> **ABOUT THIS EXERCISE**:
Please copy out the entries below exactly, beginning with the line that contains "v 8.365 34.846 -1.088" and ending with the line that contains "v 31.631 34.961 -1.203", and include nothing outside that span.

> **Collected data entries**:
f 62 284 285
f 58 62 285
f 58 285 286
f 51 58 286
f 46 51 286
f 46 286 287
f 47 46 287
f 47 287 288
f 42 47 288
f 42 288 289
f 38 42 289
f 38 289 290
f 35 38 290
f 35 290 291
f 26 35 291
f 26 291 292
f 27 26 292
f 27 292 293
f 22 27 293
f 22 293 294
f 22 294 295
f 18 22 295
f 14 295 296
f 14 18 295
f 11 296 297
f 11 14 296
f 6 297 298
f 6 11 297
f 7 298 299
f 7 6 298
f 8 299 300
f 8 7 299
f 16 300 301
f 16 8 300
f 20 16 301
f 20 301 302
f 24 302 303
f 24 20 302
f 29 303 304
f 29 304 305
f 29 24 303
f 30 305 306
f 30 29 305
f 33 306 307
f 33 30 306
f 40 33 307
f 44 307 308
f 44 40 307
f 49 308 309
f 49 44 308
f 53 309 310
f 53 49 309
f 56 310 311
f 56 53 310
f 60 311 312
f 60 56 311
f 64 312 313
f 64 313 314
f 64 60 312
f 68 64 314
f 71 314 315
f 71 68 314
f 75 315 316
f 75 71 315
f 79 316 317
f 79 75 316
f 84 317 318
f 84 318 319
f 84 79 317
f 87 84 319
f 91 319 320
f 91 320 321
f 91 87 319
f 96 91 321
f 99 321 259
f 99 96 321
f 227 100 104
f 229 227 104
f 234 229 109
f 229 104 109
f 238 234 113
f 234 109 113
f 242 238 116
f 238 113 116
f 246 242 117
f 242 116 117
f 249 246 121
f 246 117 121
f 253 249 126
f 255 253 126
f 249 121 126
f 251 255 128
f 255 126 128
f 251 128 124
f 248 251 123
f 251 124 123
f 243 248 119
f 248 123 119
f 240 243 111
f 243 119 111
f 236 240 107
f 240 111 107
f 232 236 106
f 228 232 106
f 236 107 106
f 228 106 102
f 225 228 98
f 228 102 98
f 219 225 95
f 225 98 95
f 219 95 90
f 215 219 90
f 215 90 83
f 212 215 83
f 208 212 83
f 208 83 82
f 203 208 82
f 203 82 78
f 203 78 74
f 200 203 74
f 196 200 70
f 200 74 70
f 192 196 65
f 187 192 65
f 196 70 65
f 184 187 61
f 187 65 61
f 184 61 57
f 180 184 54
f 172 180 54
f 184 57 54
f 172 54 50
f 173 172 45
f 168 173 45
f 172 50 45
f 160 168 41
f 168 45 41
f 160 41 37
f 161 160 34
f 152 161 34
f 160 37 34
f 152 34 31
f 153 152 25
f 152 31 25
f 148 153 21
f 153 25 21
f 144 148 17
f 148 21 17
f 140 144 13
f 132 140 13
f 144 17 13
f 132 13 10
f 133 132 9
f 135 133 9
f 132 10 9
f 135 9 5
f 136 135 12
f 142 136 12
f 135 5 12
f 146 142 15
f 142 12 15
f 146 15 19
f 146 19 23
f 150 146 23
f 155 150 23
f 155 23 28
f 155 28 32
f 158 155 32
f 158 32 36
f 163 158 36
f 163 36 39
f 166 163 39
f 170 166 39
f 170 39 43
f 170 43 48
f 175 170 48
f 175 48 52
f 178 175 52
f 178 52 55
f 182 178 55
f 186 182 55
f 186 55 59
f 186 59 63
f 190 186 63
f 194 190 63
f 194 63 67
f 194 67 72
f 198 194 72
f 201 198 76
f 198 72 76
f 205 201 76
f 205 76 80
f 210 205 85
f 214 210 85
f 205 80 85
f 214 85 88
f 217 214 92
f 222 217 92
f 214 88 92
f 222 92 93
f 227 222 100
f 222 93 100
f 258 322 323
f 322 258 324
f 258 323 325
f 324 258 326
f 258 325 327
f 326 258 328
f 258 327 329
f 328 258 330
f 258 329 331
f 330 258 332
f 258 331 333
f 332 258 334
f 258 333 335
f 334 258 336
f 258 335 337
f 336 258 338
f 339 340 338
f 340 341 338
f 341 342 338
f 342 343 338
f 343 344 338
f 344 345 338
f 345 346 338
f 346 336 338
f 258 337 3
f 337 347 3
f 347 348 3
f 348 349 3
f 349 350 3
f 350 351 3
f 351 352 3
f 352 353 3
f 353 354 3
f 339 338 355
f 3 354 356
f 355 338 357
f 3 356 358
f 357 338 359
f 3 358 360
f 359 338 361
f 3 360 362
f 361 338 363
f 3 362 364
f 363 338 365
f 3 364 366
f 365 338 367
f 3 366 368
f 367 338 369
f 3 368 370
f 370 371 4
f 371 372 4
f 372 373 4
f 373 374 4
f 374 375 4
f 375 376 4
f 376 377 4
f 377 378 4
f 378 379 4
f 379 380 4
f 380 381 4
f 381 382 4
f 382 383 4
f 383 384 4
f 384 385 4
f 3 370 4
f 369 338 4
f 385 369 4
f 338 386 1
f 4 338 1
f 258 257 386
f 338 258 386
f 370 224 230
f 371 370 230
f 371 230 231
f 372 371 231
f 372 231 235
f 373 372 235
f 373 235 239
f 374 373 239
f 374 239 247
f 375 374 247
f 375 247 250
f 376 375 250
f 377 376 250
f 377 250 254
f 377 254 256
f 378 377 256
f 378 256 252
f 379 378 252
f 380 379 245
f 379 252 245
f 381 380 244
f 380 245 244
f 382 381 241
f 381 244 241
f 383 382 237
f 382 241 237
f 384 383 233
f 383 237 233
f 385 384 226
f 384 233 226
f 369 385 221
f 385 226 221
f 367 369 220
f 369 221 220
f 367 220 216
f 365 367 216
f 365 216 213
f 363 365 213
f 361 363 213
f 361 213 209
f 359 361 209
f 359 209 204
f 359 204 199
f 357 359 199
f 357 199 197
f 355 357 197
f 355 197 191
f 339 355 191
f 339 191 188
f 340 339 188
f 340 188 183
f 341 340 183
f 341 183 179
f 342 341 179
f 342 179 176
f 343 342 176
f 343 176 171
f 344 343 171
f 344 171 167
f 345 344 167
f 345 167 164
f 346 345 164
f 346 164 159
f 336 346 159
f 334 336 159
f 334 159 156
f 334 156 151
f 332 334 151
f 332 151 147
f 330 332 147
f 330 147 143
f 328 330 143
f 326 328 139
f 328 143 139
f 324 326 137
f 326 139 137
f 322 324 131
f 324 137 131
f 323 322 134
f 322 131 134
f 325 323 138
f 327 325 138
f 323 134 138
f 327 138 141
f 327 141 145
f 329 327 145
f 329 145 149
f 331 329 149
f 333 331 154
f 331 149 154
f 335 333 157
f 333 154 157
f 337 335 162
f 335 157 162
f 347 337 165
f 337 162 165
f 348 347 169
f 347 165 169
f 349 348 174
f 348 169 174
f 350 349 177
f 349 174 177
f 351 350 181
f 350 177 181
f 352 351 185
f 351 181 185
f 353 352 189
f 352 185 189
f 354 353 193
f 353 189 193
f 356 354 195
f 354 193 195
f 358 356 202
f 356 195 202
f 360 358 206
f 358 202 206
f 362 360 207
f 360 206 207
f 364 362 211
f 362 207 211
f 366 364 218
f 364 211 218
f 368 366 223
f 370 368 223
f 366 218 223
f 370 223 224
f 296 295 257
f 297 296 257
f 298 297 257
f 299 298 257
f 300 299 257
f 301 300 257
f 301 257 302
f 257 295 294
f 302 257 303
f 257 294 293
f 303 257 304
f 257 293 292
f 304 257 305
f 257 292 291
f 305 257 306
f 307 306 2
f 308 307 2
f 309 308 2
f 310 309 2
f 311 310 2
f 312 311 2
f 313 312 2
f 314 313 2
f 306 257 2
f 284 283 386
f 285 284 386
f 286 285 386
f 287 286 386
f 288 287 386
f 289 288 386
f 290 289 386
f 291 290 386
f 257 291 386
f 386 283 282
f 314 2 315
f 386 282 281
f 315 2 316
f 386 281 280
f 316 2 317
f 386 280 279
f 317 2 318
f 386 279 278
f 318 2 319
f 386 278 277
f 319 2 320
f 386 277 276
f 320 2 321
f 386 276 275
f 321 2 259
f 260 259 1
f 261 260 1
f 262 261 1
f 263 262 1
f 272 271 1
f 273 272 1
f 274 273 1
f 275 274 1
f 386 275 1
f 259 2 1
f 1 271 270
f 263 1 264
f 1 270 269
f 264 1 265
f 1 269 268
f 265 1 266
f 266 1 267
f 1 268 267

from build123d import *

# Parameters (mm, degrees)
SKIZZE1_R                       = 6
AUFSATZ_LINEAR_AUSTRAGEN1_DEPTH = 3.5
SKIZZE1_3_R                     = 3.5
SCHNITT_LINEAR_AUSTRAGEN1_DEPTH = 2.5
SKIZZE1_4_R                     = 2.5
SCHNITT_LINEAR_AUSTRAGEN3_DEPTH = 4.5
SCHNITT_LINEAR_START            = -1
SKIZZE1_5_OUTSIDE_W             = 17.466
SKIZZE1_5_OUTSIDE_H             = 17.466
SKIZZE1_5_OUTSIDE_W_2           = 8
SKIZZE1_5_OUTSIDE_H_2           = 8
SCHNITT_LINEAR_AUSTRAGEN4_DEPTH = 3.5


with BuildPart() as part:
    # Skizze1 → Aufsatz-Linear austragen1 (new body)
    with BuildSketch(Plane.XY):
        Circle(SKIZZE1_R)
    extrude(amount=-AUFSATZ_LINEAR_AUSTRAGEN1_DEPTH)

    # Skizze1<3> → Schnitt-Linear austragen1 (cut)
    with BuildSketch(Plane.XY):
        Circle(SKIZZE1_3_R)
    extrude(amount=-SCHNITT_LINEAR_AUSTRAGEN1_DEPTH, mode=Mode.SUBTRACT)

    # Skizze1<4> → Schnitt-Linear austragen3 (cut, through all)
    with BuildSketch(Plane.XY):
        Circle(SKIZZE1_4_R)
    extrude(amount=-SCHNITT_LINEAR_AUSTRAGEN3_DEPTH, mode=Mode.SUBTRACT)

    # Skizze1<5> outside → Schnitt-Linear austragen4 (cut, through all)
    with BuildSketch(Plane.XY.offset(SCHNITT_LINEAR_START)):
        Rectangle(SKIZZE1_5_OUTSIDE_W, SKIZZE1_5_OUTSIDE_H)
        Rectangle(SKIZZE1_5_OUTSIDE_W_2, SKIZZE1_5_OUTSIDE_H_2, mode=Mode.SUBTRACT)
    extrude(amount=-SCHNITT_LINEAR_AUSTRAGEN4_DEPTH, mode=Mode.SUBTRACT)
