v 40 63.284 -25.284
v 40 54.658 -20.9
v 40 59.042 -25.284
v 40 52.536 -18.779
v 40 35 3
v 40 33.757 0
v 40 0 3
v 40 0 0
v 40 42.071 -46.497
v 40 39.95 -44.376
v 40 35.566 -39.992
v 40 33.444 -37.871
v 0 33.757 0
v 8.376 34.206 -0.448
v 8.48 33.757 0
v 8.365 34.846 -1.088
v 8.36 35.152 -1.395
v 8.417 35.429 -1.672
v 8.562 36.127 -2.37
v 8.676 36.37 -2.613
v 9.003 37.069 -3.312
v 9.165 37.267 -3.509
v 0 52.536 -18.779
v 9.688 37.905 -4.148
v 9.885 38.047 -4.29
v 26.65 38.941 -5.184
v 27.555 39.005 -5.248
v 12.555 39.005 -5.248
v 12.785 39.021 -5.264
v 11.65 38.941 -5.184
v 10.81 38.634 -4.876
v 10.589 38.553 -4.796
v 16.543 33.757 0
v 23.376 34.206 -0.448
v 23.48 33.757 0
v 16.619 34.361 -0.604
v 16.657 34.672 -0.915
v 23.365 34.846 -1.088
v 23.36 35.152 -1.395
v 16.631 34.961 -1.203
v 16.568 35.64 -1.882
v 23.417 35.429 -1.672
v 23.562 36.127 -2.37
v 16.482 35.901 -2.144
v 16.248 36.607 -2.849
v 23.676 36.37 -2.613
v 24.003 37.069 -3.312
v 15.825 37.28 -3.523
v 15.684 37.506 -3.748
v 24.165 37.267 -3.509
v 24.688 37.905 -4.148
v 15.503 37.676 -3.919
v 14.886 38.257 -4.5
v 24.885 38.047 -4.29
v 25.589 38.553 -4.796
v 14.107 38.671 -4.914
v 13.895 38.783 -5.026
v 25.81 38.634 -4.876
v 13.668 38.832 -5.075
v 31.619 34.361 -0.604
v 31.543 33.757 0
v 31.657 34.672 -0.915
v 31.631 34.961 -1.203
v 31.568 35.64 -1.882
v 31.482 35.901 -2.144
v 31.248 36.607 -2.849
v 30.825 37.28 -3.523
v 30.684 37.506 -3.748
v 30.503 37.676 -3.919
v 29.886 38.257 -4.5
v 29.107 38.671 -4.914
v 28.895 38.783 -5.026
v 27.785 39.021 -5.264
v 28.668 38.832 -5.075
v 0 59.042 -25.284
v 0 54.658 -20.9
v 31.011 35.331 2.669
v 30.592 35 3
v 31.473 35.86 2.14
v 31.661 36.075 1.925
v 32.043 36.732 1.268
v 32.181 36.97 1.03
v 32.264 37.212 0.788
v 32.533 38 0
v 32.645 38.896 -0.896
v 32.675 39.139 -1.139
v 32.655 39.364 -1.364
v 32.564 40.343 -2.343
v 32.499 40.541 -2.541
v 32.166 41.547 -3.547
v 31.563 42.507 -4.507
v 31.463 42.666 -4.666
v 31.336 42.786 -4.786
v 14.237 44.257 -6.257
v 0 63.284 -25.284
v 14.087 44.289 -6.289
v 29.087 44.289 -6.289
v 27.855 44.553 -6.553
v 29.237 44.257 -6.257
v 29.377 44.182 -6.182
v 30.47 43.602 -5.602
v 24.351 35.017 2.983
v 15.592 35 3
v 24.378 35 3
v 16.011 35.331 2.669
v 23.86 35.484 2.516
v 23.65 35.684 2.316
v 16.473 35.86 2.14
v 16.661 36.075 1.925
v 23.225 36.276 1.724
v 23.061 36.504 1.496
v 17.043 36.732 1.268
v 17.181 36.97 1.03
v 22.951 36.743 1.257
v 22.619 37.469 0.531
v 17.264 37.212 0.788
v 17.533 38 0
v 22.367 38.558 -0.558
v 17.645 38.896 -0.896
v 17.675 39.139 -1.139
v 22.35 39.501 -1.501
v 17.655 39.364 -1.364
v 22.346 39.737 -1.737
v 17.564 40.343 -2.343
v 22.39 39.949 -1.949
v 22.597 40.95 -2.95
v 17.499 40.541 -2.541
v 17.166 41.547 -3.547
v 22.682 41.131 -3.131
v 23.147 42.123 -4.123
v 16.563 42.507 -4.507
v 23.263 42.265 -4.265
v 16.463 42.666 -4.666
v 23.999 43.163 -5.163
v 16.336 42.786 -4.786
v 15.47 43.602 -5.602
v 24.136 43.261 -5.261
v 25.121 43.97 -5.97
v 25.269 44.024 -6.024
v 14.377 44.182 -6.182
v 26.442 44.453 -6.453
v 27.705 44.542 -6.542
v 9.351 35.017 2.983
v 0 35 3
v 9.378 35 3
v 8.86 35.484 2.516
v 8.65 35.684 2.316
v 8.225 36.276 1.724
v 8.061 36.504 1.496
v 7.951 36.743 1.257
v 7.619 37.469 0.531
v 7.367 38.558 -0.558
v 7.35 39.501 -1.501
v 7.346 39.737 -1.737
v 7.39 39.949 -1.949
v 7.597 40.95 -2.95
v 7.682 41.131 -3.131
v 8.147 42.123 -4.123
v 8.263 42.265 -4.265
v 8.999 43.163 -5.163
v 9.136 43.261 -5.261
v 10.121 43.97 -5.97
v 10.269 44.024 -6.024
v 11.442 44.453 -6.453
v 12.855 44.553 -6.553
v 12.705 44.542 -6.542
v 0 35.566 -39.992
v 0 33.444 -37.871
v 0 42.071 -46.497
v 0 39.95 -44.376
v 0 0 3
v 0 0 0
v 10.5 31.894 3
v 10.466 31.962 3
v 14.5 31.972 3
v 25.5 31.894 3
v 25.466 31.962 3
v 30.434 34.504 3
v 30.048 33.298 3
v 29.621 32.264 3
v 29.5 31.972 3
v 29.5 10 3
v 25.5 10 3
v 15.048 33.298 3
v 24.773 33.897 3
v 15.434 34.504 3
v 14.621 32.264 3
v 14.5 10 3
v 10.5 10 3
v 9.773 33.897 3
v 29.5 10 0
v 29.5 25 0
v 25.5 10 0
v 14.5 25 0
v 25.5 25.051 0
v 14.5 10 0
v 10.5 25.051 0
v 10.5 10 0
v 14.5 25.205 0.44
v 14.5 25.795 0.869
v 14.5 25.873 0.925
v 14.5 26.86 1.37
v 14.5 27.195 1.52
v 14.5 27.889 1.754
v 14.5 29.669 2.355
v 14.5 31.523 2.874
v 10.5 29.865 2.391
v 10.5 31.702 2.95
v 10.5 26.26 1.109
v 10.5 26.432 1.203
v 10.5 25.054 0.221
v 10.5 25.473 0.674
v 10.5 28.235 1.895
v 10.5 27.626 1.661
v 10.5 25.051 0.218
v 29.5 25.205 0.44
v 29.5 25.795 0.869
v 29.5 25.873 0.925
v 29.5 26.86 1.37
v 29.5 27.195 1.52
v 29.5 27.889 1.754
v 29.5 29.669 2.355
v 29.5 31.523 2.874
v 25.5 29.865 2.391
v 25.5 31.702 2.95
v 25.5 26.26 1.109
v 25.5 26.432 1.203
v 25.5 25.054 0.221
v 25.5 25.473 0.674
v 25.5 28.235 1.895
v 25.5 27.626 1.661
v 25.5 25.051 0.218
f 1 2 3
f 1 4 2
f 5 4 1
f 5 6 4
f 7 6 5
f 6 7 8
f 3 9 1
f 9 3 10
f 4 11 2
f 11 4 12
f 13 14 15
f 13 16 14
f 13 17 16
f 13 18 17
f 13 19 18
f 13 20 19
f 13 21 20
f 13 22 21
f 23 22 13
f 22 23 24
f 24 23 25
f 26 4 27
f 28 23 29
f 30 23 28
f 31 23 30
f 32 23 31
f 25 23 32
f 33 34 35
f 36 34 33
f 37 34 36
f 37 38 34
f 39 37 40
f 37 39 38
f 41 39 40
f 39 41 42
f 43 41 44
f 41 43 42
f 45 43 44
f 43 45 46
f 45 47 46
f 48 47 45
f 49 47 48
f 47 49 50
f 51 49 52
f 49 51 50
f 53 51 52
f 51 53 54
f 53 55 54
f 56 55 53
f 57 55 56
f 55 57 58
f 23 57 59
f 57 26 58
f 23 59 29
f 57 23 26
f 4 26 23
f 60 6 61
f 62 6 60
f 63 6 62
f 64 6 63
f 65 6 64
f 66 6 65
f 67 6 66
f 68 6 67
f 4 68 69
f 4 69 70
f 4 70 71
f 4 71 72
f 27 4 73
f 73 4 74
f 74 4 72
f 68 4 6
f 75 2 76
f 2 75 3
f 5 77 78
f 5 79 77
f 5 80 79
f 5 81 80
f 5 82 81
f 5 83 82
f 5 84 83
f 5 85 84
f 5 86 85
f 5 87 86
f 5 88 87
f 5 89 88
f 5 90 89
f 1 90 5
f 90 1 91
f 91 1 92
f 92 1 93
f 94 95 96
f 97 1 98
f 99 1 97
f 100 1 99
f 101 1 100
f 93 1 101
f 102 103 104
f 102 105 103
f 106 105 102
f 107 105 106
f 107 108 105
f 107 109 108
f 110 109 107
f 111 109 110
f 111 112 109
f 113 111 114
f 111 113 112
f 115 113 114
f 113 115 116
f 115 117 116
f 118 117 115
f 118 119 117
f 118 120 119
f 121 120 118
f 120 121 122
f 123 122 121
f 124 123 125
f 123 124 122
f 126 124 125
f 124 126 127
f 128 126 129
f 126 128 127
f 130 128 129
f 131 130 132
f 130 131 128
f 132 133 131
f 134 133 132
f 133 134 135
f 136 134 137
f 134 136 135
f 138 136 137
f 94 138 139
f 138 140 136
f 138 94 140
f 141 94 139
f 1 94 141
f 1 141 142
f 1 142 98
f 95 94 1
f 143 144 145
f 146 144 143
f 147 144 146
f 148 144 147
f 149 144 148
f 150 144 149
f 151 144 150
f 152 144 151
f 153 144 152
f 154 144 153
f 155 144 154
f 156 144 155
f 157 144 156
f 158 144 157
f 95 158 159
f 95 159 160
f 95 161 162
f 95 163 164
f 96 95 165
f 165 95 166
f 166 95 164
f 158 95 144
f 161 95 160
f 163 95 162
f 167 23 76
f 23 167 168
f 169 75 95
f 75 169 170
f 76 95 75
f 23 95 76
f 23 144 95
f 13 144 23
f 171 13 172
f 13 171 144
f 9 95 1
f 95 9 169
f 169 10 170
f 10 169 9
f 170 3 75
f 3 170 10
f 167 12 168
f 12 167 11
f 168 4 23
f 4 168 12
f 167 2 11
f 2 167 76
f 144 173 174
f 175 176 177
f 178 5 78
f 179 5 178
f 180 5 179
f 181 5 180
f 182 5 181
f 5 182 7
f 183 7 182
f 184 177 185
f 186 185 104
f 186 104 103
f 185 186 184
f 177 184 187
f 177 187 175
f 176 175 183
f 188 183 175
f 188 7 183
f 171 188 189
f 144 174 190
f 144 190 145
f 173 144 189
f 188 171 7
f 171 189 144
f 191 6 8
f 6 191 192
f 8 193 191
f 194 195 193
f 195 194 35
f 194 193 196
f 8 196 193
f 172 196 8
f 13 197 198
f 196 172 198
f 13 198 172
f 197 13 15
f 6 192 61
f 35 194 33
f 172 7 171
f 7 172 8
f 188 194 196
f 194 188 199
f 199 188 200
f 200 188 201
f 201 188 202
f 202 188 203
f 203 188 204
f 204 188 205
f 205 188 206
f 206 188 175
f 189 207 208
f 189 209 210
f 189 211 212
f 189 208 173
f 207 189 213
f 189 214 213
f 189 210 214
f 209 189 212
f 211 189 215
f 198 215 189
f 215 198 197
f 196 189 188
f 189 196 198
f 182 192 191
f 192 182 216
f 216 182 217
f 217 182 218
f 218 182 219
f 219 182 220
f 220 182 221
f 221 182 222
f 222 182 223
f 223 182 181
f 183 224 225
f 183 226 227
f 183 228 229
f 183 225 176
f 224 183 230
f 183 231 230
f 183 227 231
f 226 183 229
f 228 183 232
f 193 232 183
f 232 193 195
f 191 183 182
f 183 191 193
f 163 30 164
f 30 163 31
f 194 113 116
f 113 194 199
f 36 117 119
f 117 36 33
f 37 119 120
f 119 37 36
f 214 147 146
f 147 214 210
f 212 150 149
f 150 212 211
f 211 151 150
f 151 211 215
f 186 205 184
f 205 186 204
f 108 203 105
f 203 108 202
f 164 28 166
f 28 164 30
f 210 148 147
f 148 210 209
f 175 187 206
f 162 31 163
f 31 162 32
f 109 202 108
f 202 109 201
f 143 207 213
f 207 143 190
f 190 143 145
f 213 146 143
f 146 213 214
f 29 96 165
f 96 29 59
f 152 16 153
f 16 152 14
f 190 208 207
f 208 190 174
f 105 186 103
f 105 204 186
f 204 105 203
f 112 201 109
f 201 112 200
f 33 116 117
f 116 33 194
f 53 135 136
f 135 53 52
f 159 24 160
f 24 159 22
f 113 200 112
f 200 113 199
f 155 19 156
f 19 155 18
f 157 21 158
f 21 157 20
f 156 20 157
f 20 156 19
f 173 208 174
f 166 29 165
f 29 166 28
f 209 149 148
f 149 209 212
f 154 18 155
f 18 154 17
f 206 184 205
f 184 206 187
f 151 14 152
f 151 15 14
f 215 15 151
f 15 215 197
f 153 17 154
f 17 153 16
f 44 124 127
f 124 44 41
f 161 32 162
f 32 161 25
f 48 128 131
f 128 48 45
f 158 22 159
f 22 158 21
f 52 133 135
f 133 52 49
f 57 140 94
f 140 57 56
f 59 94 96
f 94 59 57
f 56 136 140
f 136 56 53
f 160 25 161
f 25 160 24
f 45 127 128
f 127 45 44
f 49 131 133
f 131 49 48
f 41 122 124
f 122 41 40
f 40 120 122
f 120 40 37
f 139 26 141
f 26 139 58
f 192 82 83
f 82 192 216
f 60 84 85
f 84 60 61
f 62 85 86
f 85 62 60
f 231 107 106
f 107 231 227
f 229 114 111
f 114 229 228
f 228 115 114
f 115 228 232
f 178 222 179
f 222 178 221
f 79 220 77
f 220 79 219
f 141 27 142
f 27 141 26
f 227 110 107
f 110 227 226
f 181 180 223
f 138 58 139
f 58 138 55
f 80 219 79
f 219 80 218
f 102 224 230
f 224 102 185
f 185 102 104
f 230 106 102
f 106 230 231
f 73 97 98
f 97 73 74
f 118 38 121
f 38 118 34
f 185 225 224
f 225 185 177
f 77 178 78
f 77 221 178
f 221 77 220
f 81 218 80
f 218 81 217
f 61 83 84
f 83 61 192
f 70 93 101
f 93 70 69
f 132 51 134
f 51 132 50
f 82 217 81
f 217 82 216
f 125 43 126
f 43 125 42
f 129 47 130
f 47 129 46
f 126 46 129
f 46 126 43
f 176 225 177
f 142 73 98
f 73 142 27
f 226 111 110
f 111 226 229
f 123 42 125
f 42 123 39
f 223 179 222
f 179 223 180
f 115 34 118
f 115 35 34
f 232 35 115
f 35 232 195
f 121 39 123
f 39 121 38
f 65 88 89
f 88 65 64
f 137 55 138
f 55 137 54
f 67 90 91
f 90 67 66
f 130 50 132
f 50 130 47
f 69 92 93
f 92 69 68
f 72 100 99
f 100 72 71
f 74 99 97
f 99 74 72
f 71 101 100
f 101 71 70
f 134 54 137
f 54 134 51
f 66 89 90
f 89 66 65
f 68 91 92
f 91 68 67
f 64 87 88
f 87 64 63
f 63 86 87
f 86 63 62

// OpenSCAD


w = 3;
d = 4;

dw = 40;

hh = 30;

difference(){
union(){    
cube([dw,35,w]);//Front panel

translate([0,35,3])
rotate([135,0,0])
translate([0,-40,0])
{
cube([dw,40,w]);//top
    
cube([dw,w,hh]);
translate([0,w+6.2,0])
cube([dw,w,hh]);
}    
}

translate([dw/2-7.5-d/2,10,-.1])
cube([d,40,w+1]);
    
translate([dw/2+7.5-d/2,10,-.1])
cube([d,40,w+1]);    

translate([dw/2-7.5,25,0])
rotate([-90,0,0])
cylinder(30,2,9);

translate([dw/2+7.5,25,0])
rotate([-90,0,0])
cylinder(30,2,9);
}




> **ANSWER TO THE EXERCISE**:
v 8.365 34.846 -1.088
v 8.36 35.152 -1.395
v 8.417 35.429 -1.672
v 8.562 36.127 -2.37
v 8.676 36.37 -2.613
v 9.003 37.069 -3.312
v 9.165 37.267 -3.509
v 0 52.536 -18.779
v 9.688 37.905 -4.148
v 9.885 38.047 -4.29
v 26.65 38.941 -5.184
v 27.555 39.005 -5.248
v 12.555 39.005 -5.248
v 12.785 39.021 -5.264
v 11.65 38.941 -5.184
v 10.81 38.634 -4.876
v 10.589 38.553 -4.796
v 16.543 33.757 0
v 23.376 34.206 -0.448
v 23.48 33.757 0
v 16.619 34.361 -0.604
v 16.657 34.672 -0.915
v 23.365 34.846 -1.088
v 23.36 35.152 -1.395
v 16.631 34.961 -1.203
v 16.568 35.64 -1.882
v 23.417 35.429 -1.672
v 23.562 36.127 -2.37
v 16.482 35.901 -2.144
v 16.248 36.607 -2.849
v 23.676 36.37 -2.613
v 24.003 37.069 -3.312
v 15.825 37.28 -3.523
v 15.684 37.506 -3.748
v 24.165 37.267 -3.509
v 24.688 37.905 -4.148
v 15.503 37.676 -3.919
v 14.886 38.257 -4.5
v 24.885 38.047 -4.29
v 25.589 38.553 -4.796
v 14.107 38.671 -4.914
v 13.895 38.783 -5.026
v 25.81 38.634 -4.876
v 13.668 38.832 -5.075
v 31.619 34.361 -0.604
v 31.543 33.757 0
v 31.657 34.672 -0.915
v 31.631 34.961 -1.203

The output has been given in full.